Purpose of repeating a 16-byte key for Salsa20

Question

The core of the Salsa20 family of stream ciphers is a hash function that takes a 64-byte block, using it to generate a pseudorandom 64-byte output. The 64 bytes contain space for

• a 32-byte key
• a 16-byte constant
• an 8-byte counter
• an 8-byte nonce

These ciphers are intended to be used with 32 byte keys, but they can also be used with smaller keys. Using a 16 byte key involves changing the constant so there are no equivalent keys between the different sizes, and repeating the 16-byte key so it fits into 32 bytes (i.e. the input is $k \mathbin\| k$ for a 16-byte $k$ and just $k$ for a 32-byte $k$).

Why is this done? Why is the key not simply zero-padded? If cryptanalysis (but not exhaustive search) of the keystream can be made easier when a key without uniform distribution is used, the scheme is broken.

From section 4.1 of The Salsa20 family of stream ciphers:

The diagonal constants are the same for every block, every nonce, and every 32-byte key. As an extra (non-recommended) option, Salsa20 can use a 16-byte key, repeated to form a 32-byte key; in this case the diagonal constants change to 0x61707865, 0x3120646e, 0x79622d36, 0x6b206574.

Answer 1

If we fix the second half of the key to all zeros we have at least 2 potential issues:

1. The zero-bits offer no additional diffusion effect, whereas repeating the key increases the diffusion effect.

2. Normally the adversary would know $1/2$ of the input and control $1/4$, but with $16$ more static known bytes, the adversary now knows $3/4$ of the input. This might give the adversary enough control to mount more attacks that may have not yet been analyzed; though likely only with a reduced round chacha.

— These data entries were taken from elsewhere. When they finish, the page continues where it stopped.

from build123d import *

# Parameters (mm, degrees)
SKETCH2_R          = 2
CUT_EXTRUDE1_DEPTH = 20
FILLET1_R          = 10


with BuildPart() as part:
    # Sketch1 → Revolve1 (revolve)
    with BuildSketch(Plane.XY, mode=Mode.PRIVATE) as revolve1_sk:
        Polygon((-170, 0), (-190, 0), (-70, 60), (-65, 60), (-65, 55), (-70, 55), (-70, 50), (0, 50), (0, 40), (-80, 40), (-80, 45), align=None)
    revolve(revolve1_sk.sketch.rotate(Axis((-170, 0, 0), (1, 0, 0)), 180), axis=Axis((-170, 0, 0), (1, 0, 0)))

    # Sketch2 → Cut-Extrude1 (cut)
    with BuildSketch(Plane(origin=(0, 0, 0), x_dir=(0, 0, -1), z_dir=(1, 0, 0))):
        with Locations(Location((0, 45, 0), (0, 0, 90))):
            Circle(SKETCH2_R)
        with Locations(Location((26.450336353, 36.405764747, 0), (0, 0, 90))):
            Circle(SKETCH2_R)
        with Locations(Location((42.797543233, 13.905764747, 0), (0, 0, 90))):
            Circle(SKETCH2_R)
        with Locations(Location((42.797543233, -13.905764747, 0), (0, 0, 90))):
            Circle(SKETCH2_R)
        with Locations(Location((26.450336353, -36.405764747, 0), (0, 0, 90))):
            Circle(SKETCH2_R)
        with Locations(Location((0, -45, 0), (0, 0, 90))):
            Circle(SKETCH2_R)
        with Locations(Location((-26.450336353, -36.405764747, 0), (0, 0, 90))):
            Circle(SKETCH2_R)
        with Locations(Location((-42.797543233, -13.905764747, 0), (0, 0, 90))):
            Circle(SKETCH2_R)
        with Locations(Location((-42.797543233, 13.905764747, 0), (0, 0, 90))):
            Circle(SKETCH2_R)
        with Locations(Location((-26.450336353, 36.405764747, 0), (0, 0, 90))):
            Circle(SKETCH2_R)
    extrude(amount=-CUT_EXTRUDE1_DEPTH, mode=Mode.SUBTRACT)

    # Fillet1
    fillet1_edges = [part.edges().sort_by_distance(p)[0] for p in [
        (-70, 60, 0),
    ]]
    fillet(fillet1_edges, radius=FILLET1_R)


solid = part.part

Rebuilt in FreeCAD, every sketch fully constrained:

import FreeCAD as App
import Part
import Sketcher

V = App.Vector


def edges_at(feature, points):
    """Names of the edges that pass closest to the given points."""
    edges = feature.Shape.Edges
    near = lambda p: min(range(len(edges)), key=lambda i: edges[i].distToShape(Part.Vertex(*p))[0])
    return sorted({f"Edge{near(p) + 1}" for p in points})

doc = App.newDocument("Part")
params = doc.addObject("Spreadsheet::Sheet", "Params")
for row, (alias, value) in enumerate([
    ("sketch1_width", "20 mm"),
    ("sketch1_width2", "80 mm"),
    ("sketch1_width3", "70 mm"),
    ("sketch1_width4", "5 mm"),
    ("sketch1_height", "10 mm"),
    ("revolution_angle", "360 deg"),
    ("sketch2_diameter", "4 mm"),
    ("pocket1_length", "20 mm"),
    ("fillet_radius", "10 mm"),
], start=1):
    params.set(f"A{row}", alias)
    params.set(f"B{row}", "=" + value)
    params.setAlias(f"B{row}", alias)

body = doc.addObject("PartDesign::Body", "Body")

sketch1 = doc.addObject("Sketcher::SketchObject", "Sketch")
body.addObject(sketch1)
sketch1.AttachmentSupport = (doc.XY_Plane, [""])
sketch1.MapMode = "FlatFace"
sketch1.addGeometry(Part.LineSegment(V(-190, 0, 0), V(-170, 0, 0)), False)
sketch1.addGeometry(Part.LineSegment(V(-170, 0, 0), V(-80, 45, 0)), False)
sketch1.addGeometry(Part.LineSegment(V(-80, 45, 0), V(-80, 40, 0)), False)
sketch1.addGeometry(Part.LineSegment(V(-80, 40, 0), V(0, 40, 0)), False)
sketch1.addGeometry(Part.LineSegment(V(0, 40, 0), V(0, 50, 0)), False)
sketch1.addGeometry(Part.LineSegment(V(0, 50, 0), V(-70, 50, 0)), False)
sketch1.addGeometry(Part.LineSegment(V(-70, 50, 0), V(-70, 55, 0)), False)
sketch1.addGeometry(Part.LineSegment(V(-70, 55, 0), V(-65, 55, 0)), False)
sketch1.addGeometry(Part.LineSegment(V(-65, 55, 0), V(-65, 60, 0)), False)
sketch1.addGeometry(Part.LineSegment(V(-65, 60, 0), V(-70, 60, 0)), False)
sketch1.addGeometry(Part.LineSegment(V(-70, 60, 0), V(-190, 0, 0)), False)
sketch1.addConstraint(Sketcher.Constraint("Coincident", 0, 2, 1, 1))
sketch1.addConstraint(Sketcher.Constraint("Coincident", 1, 2, 2, 1))
sketch1.addConstraint(Sketcher.Constraint("Coincident", 2, 2, 3, 1))
sketch1.addConstraint(Sketcher.Constraint("Coincident", 3, 2, 4, 1))
sketch1.addConstraint(Sketcher.Constraint("Coincident", 4, 2, 5, 1))
sketch1.addConstraint(Sketcher.Constraint("Coincident", 5, 2, 6, 1))
sketch1.addConstraint(Sketcher.Constraint("Coincident", 6, 2, 7, 1))
sketch1.addConstraint(Sketcher.Constraint("Coincident", 7, 2, 8, 1))
sketch1.addConstraint(Sketcher.Constraint("Coincident", 8, 2, 9, 1))
sketch1.addConstraint(Sketcher.Constraint("Coincident", 9, 2, 10, 1))
sketch1.addConstraint(Sketcher.Constraint("Coincident", 10, 2, 0, 1))
sketch1.addConstraint(Sketcher.Constraint("Horizontal", 0))
sketch1.addConstraint(Sketcher.Constraint("Vertical", 2))
sketch1.addConstraint(Sketcher.Constraint("Horizontal", 3))
sketch1.addConstraint(Sketcher.Constraint("Vertical", 4))
sketch1.addConstraint(Sketcher.Constraint("Horizontal", 5))
sketch1.addConstraint(Sketcher.Constraint("Vertical", 6))
sketch1.addConstraint(Sketcher.Constraint("Horizontal", 7))
sketch1.addConstraint(Sketcher.Constraint("Vertical", 8))
sketch1.addConstraint(Sketcher.Constraint("Horizontal", 9))
sketch1.addConstraint(Sketcher.Constraint("PointOnObject", 0, 2, -1))
sketch1.addConstraint(Sketcher.Constraint("PointOnObject", 3, 2, -2))
sketch1.addConstraint(Sketcher.Constraint("Parallel", 1, 10))
sketch1.addConstraint(Sketcher.Constraint("Vertical", 6, 2, 9, 2))
sketch1.addConstraint(Sketcher.Constraint("Equal", 9, 2))
sketch1.addConstraint(Sketcher.Constraint("Equal", 2, 6))
sketch1.addConstraint(Sketcher.Constraint("Equal", 6, 8))
sketch1.addConstraint(Sketcher.Constraint("DistanceX", 0, 1, 0, 2, 20.0))
sketch1.addConstraint(Sketcher.Constraint("DistanceX", 3, 1, 3, 2, 80.0))
sketch1.addConstraint(Sketcher.Constraint("DistanceX", 5, 2, 5, 1, 70.0))
sketch1.addConstraint(Sketcher.Constraint("DistanceX", 7, 1, 7, 2, 5.0))
sketch1.addConstraint(Sketcher.Constraint("DistanceY", 4, 1, 4, 2, 10.0))
sketch1.addConstraint(Sketcher.Constraint("DistanceX", 0, 2, -1, 1, 170.0))
sketch1.setExpression("Constraints[27]", "Params.sketch1_width")
sketch1.setExpression("Constraints[28]", "Params.sketch1_width2")
sketch1.setExpression("Constraints[29]", "Params.sketch1_width3")
sketch1.setExpression("Constraints[30]", "Params.sketch1_width4")
sketch1.setExpression("Constraints[31]", "Params.sketch1_height")
revolution = doc.addObject("PartDesign::Revolution", "Revolution")
body.addObject(revolution)
revolution.Profile = sketch1
revolution.ReferenceAxis = (sketch1, ["H_Axis"])
revolution.setExpression("Angle", "Params.revolution_angle")

sketch2 = doc.addObject("Sketcher::SketchObject", "Sketch001")
body.addObject(sketch2)
sketch2.AttachmentSupport = (doc.YZ_Plane, [""])
sketch2.MapMode = "FlatFace"
sketch2.addGeometry(Part.Circle(V(45, 0, 0), V(0, 0, 1), 2), False)
sketch2.addGeometry(Part.Circle(V(36.4, -26.5, 0), V(0, 0, 1), 2), False)
sketch2.addGeometry(Part.Circle(V(13.9, -42.8, 0), V(0, 0, 1), 2), False)
sketch2.addGeometry(Part.Circle(V(-13.9, -42.8, 0), V(0, 0, 1), 2), False)
sketch2.addGeometry(Part.Circle(V(-36.4, -26.5, 0), V(0, 0, 1), 2), False)
sketch2.addGeometry(Part.Circle(V(-45, 0, 0), V(0, 0, 1), 2), False)
sketch2.addGeometry(Part.Circle(V(-36.4, 26.5, 0), V(0, 0, 1), 2), False)
sketch2.addGeometry(Part.Circle(V(-13.9, 42.8, 0), V(0, 0, 1), 2), False)
sketch2.addGeometry(Part.Circle(V(13.9, 42.8, 0), V(0, 0, 1), 2), False)
sketch2.addGeometry(Part.Circle(V(36.4, 26.5, 0), V(0, 0, 1), 2), False)
sketch2.addConstraint(Sketcher.Constraint("Equal", 0, 1))
sketch2.addConstraint(Sketcher.Constraint("Equal", 1, 2))
sketch2.addConstraint(Sketcher.Constraint("Equal", 2, 3))
sketch2.addConstraint(Sketcher.Constraint("Equal", 3, 4))
sketch2.addConstraint(Sketcher.Constraint("Equal", 4, 5))
sketch2.addConstraint(Sketcher.Constraint("Equal", 5, 6))
sketch2.addConstraint(Sketcher.Constraint("Equal", 6, 7))
sketch2.addConstraint(Sketcher.Constraint("Equal", 7, 8))
sketch2.addConstraint(Sketcher.Constraint("Equal", 8, 9))
sketch2.addConstraint(Sketcher.Constraint("Symmetric", 0, 3, 5, 3, -1, 1))
sketch2.addConstraint(Sketcher.Constraint("Symmetric", 1, 3, 6, 3, -1, 1))
sketch2.addConstraint(Sketcher.Constraint("Symmetric", 2, 3, 7, 3, -1, 1))
sketch2.addConstraint(Sketcher.Constraint("Symmetric", 3, 3, 8, 3, -1, 1))
sketch2.addConstraint(Sketcher.Constraint("Symmetric", 4, 3, 9, 3, -1, 1))
sketch2.addConstraint(Sketcher.Constraint("Symmetric", 2, 3, 3, 3, -2))
sketch2.addConstraint(Sketcher.Constraint("Symmetric", 1, 3, 4, 3, -2))
sketch2.addConstraint(Sketcher.Constraint("PointOnObject", 0, 3, -1))
sketch2.addConstraint(Sketcher.Constraint("Diameter", 0, 4.0))
sketch2.addConstraint(Sketcher.Constraint("DistanceX", -1, 1, 0, 3, 45.0))
sketch2.addConstraint(Sketcher.Constraint("DistanceX", 2, 3, 1, 3, 22.5))
sketch2.addConstraint(Sketcher.Constraint("DistanceX", 3, 3, 2, 3, 27.811529))
sketch2.addConstraint(Sketcher.Constraint("DistanceY", 3, 3, 6, 3, 69.24788))
sketch2.addConstraint(Sketcher.Constraint("DistanceY", 1, 3, -1, 1, 26.450336))
sketch2.setExpression("Constraints[17]", "Params.sketch2_diameter")
pocket1 = doc.addObject("PartDesign::Pocket", "Pocket")
body.addObject(pocket1)
pocket1.Profile = sketch2
pocket1.setExpression("Length", "Params.pocket1_length")
doc.recompute()

fillet = doc.addObject("PartDesign::Fillet", "Fillet")
body.addObject(fillet)
fillet.Base = (pocket1, edges_at(pocket1, [(-70, 60, 0)]))
fillet.setExpression("Radius", "Params.fillet_radius")

doc.recompute()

Without doing the expensive analysis, I can only conjecture that the static zero bytes would only weaken chacha. I do not know by how much, but I do doubt it'll be enough to break the full 20-round chacha.

Answer 2

You say,

If cryptanalysis (but not exhaustive search) of the keystream can be made easier when a key without uniform distribution is used, the scheme is broken.

But this is outside the security conjecture of Salsa20:

If the Salsa20 key $k$ is uniform random…the random function $n \mapsto \operatorname{Salsa20}_k(n)$ from $\{0, 1, \dots, 255\}^{16}$ to $\{0, 1, \dots, 255\}^{64}$ is conjectured to be indistinguishable from uniform random.

In particular, related-key attacks are explicitly excluded from consideration:

The standard solutions to all the standard cryptographic problems—encryption, authentication, etc.—are protocols that do not allow related-key attacks on the underlying primitives. I see no evidence that we can save time by violating this condition. The reader might guess that Salsa20 is highly resistant to related-key attacks; but I simply don't care.

That said, the Salsa20 family technically supports 80-bit keys too—which are zero-padded up to 128 bits and then repeated as if with 128-bit keys, but with, again, a different constant. (I've never heard of anyone using this; 80-bit keys are ridiculous!)

Neither of these decisions—repeating vs. zero-padding the key—appears to be discussed in any of the design documents. It seems unlikely to me that the choice of one or the other makes much of a difference to security, but you'll have to talk to a real cryptanalyst, not a pseudonymous carrion bird who plays one on the internet.